Your reply should consist solely of the lines from the one containing "f 314 150 143" through the end of the data, restated word for word.

◆ Available data ◆
╔══

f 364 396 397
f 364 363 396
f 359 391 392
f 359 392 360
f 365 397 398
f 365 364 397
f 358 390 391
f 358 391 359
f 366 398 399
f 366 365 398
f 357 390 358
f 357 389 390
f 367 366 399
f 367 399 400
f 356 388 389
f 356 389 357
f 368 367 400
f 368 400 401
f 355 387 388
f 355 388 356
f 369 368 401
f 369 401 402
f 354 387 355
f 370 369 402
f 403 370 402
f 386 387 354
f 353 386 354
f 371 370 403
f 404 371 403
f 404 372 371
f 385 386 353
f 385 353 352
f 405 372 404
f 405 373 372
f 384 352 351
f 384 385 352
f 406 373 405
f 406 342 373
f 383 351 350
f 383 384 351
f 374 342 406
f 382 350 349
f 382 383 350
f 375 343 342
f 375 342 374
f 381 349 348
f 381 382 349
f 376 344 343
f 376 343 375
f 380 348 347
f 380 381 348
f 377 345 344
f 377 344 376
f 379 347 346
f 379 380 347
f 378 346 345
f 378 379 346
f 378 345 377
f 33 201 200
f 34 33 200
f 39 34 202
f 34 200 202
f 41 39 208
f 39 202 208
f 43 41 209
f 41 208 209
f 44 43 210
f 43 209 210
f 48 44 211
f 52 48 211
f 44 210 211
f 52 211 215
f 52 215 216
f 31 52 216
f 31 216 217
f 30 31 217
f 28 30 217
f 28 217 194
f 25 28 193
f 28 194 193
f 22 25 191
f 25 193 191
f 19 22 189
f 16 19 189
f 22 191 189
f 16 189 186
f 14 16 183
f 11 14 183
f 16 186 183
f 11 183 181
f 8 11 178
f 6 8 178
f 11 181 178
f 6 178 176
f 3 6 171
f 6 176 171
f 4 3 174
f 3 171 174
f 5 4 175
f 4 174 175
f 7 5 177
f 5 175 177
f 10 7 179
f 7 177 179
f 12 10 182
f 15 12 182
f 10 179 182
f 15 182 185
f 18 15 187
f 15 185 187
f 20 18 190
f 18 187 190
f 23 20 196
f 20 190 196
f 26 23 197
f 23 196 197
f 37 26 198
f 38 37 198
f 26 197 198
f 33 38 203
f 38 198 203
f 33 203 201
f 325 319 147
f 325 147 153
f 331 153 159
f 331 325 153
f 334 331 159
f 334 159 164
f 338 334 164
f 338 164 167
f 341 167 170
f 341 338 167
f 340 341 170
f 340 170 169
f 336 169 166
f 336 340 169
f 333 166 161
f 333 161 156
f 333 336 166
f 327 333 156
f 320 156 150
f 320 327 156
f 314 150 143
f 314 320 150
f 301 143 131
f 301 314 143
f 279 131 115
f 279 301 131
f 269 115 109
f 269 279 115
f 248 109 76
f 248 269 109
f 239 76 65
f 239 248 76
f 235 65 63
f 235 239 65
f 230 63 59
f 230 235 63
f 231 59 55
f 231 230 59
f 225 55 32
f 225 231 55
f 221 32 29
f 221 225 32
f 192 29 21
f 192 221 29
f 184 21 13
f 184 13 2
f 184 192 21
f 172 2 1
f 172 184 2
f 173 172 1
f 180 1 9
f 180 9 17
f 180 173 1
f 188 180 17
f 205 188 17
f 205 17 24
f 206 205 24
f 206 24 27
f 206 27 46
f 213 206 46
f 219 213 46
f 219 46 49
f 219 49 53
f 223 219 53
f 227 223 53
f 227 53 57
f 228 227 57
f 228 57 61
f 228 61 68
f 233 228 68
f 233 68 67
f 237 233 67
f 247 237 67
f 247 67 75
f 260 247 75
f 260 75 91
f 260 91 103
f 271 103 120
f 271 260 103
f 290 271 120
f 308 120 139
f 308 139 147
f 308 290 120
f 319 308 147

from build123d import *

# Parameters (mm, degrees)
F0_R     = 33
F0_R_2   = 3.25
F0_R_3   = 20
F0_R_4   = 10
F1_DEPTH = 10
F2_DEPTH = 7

╚══

◆ Answer section ◆
f 314 150 143
f 314 320 150
f 301 143 131
f 301 314 143
f 279 131 115
f 279 301 131
f 269 115 109
f 269 279 115
f 248 109 76
f 248 269 109
f 239 76 65
f 239 248 76
f 235 65 63
f 235 239 65
f 230 63 59
f 230 235 63
f 231 59 55
f 231 230 59
f 225 55 32
f 225 231 55
f 221 32 29
f 221 225 32
f 192 29 21
f 192 221 29
f 184 21 13
f 184 13 2
f 184 192 21
f 172 2 1
f 172 184 2
f 173 172 1
f 180 1 9
f 180 9 17
f 180 173 1
f 188 180 17
f 205 188 17
f 205 17 24
f 206 205 24
f 206 24 27
f 206 27 46
f 213 206 46
f 219 213 46
f 219 46 49
f 219 49 53
f 223 219 53
f 227 223 53
f 227 53 57
f 228 227 57
f 228 57 61
f 228 61 68
f 233 228 68
f 233 68 67
f 237 233 67
f 247 237 67
f 247 67 75
f 260 247 75
f 260 75 91
f 260 91 103
f 271 103 120
f 271 260 103
f 290 271 120
f 308 120 139
f 308 139 147
f 308 290 120
f 319 308 147

from build123d import *

# Parameters (mm, degrees)
F0_R     = 33
F0_R_2   = 3.25
F0_R_3   = 20
F0_R_4   = 10
F1_DEPTH = 10
F2_DEPTH = 7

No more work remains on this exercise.